When you wrote what you have now with your new husband I am so jealous - I want that so badly! I know I can have it too if I ever get the courage to leave - that's the sad part is that I have to leave the person I love to go find that with another man. Did you ever worry you were making a mistake if you left? Or did you just KNOW you had to get out? How did you deal with loving him so much and having his warped love in return? What made you finally accept that he would never change? 

I guess in my heart I think that one day he will have a lightbulb moment and will magically change into this loving, caring, kind person or if he loved me enough he would try. But in my head I know its not gonna happen and I am not a good candidate for a "victim" of abuse anymore - just yesterday I wanted to talk to him about his rejection to me about sex - explain that if he rejects EVERY time obviously I won't want to try anymore - anyways I worried for hours how to bring it up, I had butterflies, was so nervous to even bring it up - cause I just know the backlash that I will receive. Eventually I did bring it up, and he responded in his usual way - yelling, swearing, namecalling, etc. I just stood up - told him I am not tolerating his disrespect and left the house for a few hours.

This fighting has become a daily thing now, it has really got out of control - any little single thing causes him to blow up, I put too much sauce in the rice - he was angry, I beat him at Pinball - snarky ignorant comments, just petty ridiculous things. After thinking about it, I think I posted my original post almost hoping he was cheating, cause that way my choice to leave would be so easy if he was screwing around. 

I just don't know how to accept the fact that he will NEVER change and life will most likely just become worse, if I sit back, keep a happy smile on, agree to everything, have no opinions or thoughts or feelings or requests then life would just be wonderful in his eyes. Any opinions or requests and our house becomes a battleground. So sick of it


----------



## justcurious

SimplyAmorous said:


> I think you need a book like this to help you sort through exactly WHY you need to leave this marraige, personally I feel it is TOO BAD to stay, many deal breakers there.
> 
> Amazon.com: Too Good to Leave, Too Bad to Stay: A Step-by-Step Guide to Help You Decide Whether to Stay In or Get Out of Your Relationship (9780452275355): Mira Kirshenbaum: Books
> 
> Beings his own daughter refuses to even look upon his face, and your youngest is also HURTING seeing her mother treated like this, terribly disrespected, ignored, pushed aside, bossed around , walking on eggshells daily & punished with the Silent Treatment.
> 
> Her words to you was a "wake up call" -to your future. Do you value yourself enough to leave this EMOTIONAL Abuser? Obviously this man has no desire to change, he wants a puppet who has no desires, no wants, just to serve his selfish needs, he has no interest in a loving wife or pleasing another human being.
> 
> Do you love yourself enough to FIGHT for your own happiness? You will surely earn even MORE respect from your 2 daughters in the process- by leaving, showing them how to be "fighters" in life, To stand up for themselves, against bad unfair treatment in this world & with men. They will be there for you, you can do all things, if you set your mind to it.
> 
> NO, not all men are like this, Oh my No! Not that it is easy as we get older with kids to find a decent match, *but darn, you are at the bottom of the barrel now honey, most will be a step up ! * You will feel like you are walking on the clouds of Heaven, after this marraige , to get some simple "decent' interaction & affection from a man.
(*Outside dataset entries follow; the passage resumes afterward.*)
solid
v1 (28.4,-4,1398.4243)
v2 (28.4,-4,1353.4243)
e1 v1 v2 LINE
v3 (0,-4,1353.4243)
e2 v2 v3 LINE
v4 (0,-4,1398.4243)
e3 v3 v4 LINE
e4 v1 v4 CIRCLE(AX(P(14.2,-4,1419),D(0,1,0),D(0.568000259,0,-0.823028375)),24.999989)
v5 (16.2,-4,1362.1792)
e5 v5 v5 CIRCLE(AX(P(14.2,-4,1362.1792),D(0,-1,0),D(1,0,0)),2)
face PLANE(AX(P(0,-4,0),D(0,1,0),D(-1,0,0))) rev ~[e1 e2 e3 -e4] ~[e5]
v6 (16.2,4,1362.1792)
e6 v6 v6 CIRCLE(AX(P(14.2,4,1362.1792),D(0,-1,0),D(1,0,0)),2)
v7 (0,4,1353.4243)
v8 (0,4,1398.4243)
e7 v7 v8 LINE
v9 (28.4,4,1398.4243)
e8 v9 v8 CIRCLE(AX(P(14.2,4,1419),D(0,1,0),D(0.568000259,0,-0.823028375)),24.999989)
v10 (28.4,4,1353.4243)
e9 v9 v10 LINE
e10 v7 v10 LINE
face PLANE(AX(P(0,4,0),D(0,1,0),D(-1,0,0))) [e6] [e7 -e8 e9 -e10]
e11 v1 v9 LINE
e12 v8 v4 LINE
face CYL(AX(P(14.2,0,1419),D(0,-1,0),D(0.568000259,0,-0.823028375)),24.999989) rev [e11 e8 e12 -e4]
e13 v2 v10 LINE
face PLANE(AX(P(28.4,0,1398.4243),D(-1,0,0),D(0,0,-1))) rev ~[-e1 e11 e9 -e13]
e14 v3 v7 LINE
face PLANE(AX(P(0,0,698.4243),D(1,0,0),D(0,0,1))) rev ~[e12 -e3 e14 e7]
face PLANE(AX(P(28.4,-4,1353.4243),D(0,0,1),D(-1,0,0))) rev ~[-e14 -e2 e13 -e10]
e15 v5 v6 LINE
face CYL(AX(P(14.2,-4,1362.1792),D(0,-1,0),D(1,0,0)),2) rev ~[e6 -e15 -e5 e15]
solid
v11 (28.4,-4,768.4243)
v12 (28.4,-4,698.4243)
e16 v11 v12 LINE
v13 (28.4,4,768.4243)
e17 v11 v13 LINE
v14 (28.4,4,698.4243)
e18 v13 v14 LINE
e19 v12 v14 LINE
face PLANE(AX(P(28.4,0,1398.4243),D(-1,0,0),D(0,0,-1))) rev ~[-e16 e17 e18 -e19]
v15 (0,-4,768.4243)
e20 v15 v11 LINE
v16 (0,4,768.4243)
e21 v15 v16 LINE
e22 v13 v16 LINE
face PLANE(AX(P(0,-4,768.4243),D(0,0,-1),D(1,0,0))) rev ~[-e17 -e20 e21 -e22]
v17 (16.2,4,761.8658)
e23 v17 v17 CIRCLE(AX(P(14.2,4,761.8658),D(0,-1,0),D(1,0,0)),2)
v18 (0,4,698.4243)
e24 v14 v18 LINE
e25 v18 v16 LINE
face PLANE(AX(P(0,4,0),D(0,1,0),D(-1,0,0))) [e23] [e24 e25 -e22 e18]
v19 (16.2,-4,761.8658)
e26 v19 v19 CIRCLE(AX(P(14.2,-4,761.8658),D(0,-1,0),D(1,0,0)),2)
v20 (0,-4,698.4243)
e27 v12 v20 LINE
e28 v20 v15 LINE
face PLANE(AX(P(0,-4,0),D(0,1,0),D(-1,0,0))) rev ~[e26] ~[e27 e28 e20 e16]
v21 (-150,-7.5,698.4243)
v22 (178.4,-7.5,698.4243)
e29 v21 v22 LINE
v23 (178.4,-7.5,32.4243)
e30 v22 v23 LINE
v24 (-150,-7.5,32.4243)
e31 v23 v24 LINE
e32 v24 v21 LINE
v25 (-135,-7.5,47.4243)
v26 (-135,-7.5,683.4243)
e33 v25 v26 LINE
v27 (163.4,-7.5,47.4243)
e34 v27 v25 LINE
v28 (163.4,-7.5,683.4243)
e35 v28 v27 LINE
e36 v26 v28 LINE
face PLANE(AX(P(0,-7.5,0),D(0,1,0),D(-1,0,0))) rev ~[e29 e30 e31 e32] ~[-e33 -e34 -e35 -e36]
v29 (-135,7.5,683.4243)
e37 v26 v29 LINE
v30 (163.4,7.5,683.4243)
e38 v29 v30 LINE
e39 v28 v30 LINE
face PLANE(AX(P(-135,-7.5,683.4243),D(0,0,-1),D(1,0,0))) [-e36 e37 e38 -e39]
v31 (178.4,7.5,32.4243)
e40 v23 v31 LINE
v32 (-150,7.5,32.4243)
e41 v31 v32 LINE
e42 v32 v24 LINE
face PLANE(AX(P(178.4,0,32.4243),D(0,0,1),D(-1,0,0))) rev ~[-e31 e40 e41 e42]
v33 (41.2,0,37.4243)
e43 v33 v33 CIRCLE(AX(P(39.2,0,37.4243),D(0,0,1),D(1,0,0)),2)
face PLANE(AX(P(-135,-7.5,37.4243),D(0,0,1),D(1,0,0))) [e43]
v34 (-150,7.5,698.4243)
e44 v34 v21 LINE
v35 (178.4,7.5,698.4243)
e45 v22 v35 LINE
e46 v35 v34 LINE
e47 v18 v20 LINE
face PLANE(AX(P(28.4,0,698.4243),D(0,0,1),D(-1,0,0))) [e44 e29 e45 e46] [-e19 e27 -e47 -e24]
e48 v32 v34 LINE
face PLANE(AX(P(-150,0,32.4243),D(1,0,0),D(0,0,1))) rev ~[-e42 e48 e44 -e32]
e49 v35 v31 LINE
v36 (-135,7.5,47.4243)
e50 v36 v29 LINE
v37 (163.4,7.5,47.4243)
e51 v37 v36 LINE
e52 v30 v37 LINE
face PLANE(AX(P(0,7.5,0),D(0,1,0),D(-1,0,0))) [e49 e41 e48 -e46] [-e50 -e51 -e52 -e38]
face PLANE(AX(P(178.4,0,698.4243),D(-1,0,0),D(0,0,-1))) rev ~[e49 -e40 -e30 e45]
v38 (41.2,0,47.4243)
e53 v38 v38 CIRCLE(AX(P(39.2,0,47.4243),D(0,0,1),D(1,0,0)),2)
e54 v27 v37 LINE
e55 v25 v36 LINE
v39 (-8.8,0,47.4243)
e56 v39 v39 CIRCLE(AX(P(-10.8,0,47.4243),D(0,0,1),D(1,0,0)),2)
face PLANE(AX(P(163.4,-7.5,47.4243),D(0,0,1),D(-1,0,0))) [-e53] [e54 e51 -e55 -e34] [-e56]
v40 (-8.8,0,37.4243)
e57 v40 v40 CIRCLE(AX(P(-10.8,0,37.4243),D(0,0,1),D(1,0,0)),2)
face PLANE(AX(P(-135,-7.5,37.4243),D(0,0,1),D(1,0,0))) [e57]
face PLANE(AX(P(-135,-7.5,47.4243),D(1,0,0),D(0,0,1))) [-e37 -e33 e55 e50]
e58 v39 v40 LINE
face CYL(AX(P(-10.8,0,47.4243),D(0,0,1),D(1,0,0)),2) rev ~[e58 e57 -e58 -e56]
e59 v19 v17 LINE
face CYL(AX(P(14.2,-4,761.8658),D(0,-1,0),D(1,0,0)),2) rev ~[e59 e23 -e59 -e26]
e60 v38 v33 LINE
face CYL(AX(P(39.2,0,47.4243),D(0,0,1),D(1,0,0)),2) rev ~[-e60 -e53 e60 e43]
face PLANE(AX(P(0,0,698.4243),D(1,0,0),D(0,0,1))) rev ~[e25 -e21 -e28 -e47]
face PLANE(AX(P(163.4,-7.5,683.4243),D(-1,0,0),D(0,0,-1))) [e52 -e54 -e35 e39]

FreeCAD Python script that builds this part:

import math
import FreeCAD as App
import Part
import Sketcher


def add_polygon(sketch, points):
    """Adds a closed chain of lines whose ends are joined by coincident constraints."""
    first, n = sketch.GeometryCount, len(points)
    for a, b in zip(points, points[1:] + points[:1]):
        sketch.addGeometry(Part.LineSegment(App.Vector(*a, 0), App.Vector(*b, 0)), False)
    for i in range(n):
        sketch.addConstraint(Sketcher.Constraint("Coincident", first + i, 2, first + (i + 1) % n, 1))

doc = App.newDocument("Part")
body = doc.addObject("PartDesign::Body", "Body")
body.AllowCompound = True

# Sketch on XZ plane
sketch1 = body.newObject("Sketcher::SketchObject", "Sketch")
sketch1.AttachmentSupport = (doc.getObject("XZ_Plane"), [""])
sketch1.MapMode = "FlatFace"
add_polygon(sketch1, [(-150, 698), (178, 698), (178, 32), (-150, 32)])  # lines 0-3
sketch1.addConstraint(Sketcher.Constraint("Horizontal", 0))
sketch1.addConstraint(Sketcher.Constraint("Vertical", 1))
sketch1.addConstraint(Sketcher.Constraint("Horizontal", 2))
sketch1.addConstraint(Sketcher.Constraint("Vertical", 3))
sketch1.addConstraint(Sketcher.Constraint("DistanceY", 1, 2, 1, 1, 666.0))
sketch1.addConstraint(Sketcher.Constraint("DistanceX", 2, 2, -1, 1, 150.0))
sketch1.addConstraint(Sketcher.Constraint("DistanceX", 0, 1, 0, 2, 328.4))
sketch1.addConstraint(Sketcher.Constraint("DistanceY", -1, 1, 0, 2, 698.4243))
pad1 = body.newObject("PartDesign::Pad", "Pad")
pad1.Profile = sketch1
pad1.Length = 15
pad1.Midplane = True

# Sketch on XZ plane
sketch2 = body.newObject("Sketcher::SketchObject", "Sketch001")
sketch2.AttachmentSupport = (doc.getObject("XZ_Plane"), [""])
sketch2.MapMode = "FlatFace"
sketch2.addGeometry(Part.ArcOfCircle(Part.Circle(App.Vector(14, 1419, 0), App.Vector(0, 0, 1), 25), math.radians(-125), math.radians(-55)), False)
sketch2.addGeometry(Part.LineSegment(App.Vector(28, 1398, 0), App.Vector(28, 698, 0)), False)
sketch2.addGeometry(Part.LineSegment(App.Vector(28, 698, 0), App.Vector(0, 698, 0)), False)
sketch2.addGeometry(Part.LineSegment(App.Vector(0, 698, 0), App.Vector(0, 1398, 0)), False)
sketch2.addConstraint(Sketcher.Constraint("Coincident", 0, 2, 1, 1))
sketch2.addConstraint(Sketcher.Constraint("Coincident", 1, 2, 2, 1))
sketch2.addConstraint(Sketcher.Constraint("Coincident", 2, 2, 3, 1))
sketch2.addConstraint(Sketcher.Constraint("Coincident", 3, 2, 0, 1))
sketch2.addConstraint(Sketcher.Constraint("Vertical", 1))
sketch2.addConstraint(Sketcher.Constraint("Horizontal", 2))
sketch2.addConstraint(Sketcher.Constraint("Vertical", 3))
sketch2.addConstraint(Sketcher.Constraint("PointOnObject", 2, 2, -2))
sketch2.addConstraint(Sketcher.Constraint("Horizontal", 0, 2, 3, 2))
sketch2.addConstraint(Sketcher.Constraint("DistanceY", 1, 2, 1, 1, 700.0))
sketch2.addConstraint(Sketcher.Constraint("DistanceX", 2, 2, 2, 1, 28.4))
sketch2.addConstraint(Sketcher.Constraint("Radius", 0, 25.0))
sketch2.addConstraint(Sketcher.Constraint("DistanceY", -1, 1, 0, 3, 1419.0))
pad2 = body.newObject("PartDesign::Pad", "Pad001")
pad2.Profile = sketch2
pad2.Length = 8
pad2.Midplane = True

# Sketch on XZ plane
sketch3 = body.newObject("Sketcher::SketchObject", "Sketch002")
sketch3.AttachmentSupport = (doc.getObject("XZ_Plane"), [""])
sketch3.MapMode = "FlatFace"
sketch3.AttachmentOffset = App.Placement(App.Vector(0, 0, 7.5), App.Rotation())
add_polygon(sketch3, [(163, 683), (-135, 683), (-135, 47), (163, 47)])  # lines 0-3
sketch3.addConstraint(Sketcher.Constraint("Horizontal", 0))
sketch3.addConstraint(Sketcher.Constraint("Vertical", 1))
sketch3.addConstraint(Sketcher.Constraint("Horizontal", 2))
sketch3.addConstraint(Sketcher.Constraint("Vertical", 3))
sketch3.addConstraint(Sketcher.Constraint("DistanceY", 1, 2, 1, 1, 636.0))
sketch3.addConstraint(Sketcher.Constraint("DistanceX", 0, 2, 0, 1, 298.4))
sketch3.addConstraint(Sketcher.Constraint("DistanceX", 0, 2, -1, 1, 135.0))
sketch3.addConstraint(Sketcher.Constraint("DistanceY", -1, 1, 0, 2, 683.4243))
pocket1 = body.newObject("PartDesign::Pocket", "Pocket")
pocket1.Profile = sketch3
pocket1.Length = 15

# Sketch on XZ plane
sketch4 = body.newObject("Sketcher::SketchObject", "Sketch003")
sketch4.AttachmentSupport = (doc.getObject("XZ_Plane"), [""])
sketch4.MapMode = "FlatFace"
sketch4.AttachmentOffset = App.Placement(App.Vector(0, 0, 4), App.Rotation())
add_polygon(sketch4, [(0, 1353.4), (0, 768.4), (28.4, 768.4), (28.4, 1353.4)])  # lines 0-3
sketch4.addGeometry(Part.Circle(App.Vector(14.2, 1362.2, 0), App.Vector(0, 0, 1), 2), False)  # 4
sketch4.addGeometry(Part.Circle(App.Vector(14.2, 761.9, 0), App.Vector(0, 0, 1), 2), False)  # 5
sketch4.addConstraint(Sketcher.Constraint("Vertical", 0))
sketch4.addConstraint(Sketcher.Constraint("Horizontal", 1))
sketch4.addConstraint(Sketcher.Constraint("Vertical", 2))
sketch4.addConstraint(Sketcher.Constraint("Horizontal", 3))
sketch4.addConstraint(Sketcher.Constraint("Equal", 4, 5))
sketch4.addConstraint(Sketcher.Constraint("PointOnObject", 0, 2, -2))
sketch4.addConstraint(Sketcher.Constraint("Vertical", 4, 3, 5, 3))
sketch4.addConstraint(Sketcher.Constraint("Diameter", 4, 4.0))
sketch4.addConstraint(Sketcher.Constraint("DistanceY", 0, 2, 0, 1, 585.0))
sketch4.addConstraint(Sketcher.Constraint("DistanceX", 1, 1, 1, 2, 28.4))
sketch4.addConstraint(Sketcher.Constraint("DistanceX", -1, 1, 4, 3, 14.2))
sketch4.addConstraint(Sketcher.Constraint("DistanceY", 0, 2, 4, 3, 593.755))
sketch4.addConstraint(Sketcher.Constraint("DistanceY", -1, 1, 4, 3, 1362.1792))
sketch4.addConstraint(Sketcher.Constraint("DistanceY", -1, 1, 5, 3, 761.8658))
pocket2 = body.newObject("PartDesign::Pocket", "Pocket001")
pocket2.Profile = sketch4
pocket2.Length = 15

# Sketch on XY plane
sketch5 = body.newObject("Sketcher::SketchObject", "Sketch004")
sketch5.AttachmentSupport = (doc.getObject("XY_Plane"), [""])
sketch5.MapMode = "FlatFace"
sketch5.AttachmentOffset = App.Placement(App.Vector(0, 0, 47.4243), App.Rotation())
sketch5.addGeometry(Part.Circle(App.Vector(-10.8, 0, 0), App.Vector(0, 0, 1), 2), False)
sketch5.addGeometry(Part.Circle(App.Vector(39.2, 0, 0), App.Vector(0, 0, 1), 2), False)
sketch5.addConstraint(Sketcher.Constraint("Equal", 0, 1))
sketch5.addConstraint(Sketcher.Constraint("PointOnObject", 0, 3, -1))
sketch5.addConstraint(Sketcher.Constraint("PointOnObject", 1, 3, -1))
sketch5.addConstraint(Sketcher.Constraint("Diameter", 0, 4.0))
sketch5.addConstraint(Sketcher.Constraint("DistanceX", 0, 3, 1, 3, 50.0))
sketch5.addConstraint(Sketcher.Constraint("DistanceX", 0, 3, -1, 1, 10.8))
pocket3 = body.newObject("PartDesign::Pocket", "Pocket002")
pocket3.Profile = sketch5
pocket3.Length = 10

doc.recompute()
Thanks SimplyAmorous, I found some parts of that book online, the 35 questions, answering those definitely gave the results that I should leave. 

I think when a person in my situation is kind of cut off from what "normal" people would do or respond it makes the situation seem "okay" or that you slowly get used to the crappy treatment. I have no real close friends, my family all lives far away and I don't confide in anyone - most of the time it seems to embarrassing to talk about it - I did confide in my sister but she died not too long ago. The only person I really talk to is my oldest daughter - she understands fully what I am talking about because she has experienced all of it as well, but I don't like burdening her with this either - she wants me to leave him and I know she is frustrated that I don't - of course it is totally understandable why she wants me to leave. I just know what I should be doing, and I feel like a coward because I am not doing it. I am scared. I know it all sounds like excuses, maybe I am just getting closer to the door though - really opening my eyes.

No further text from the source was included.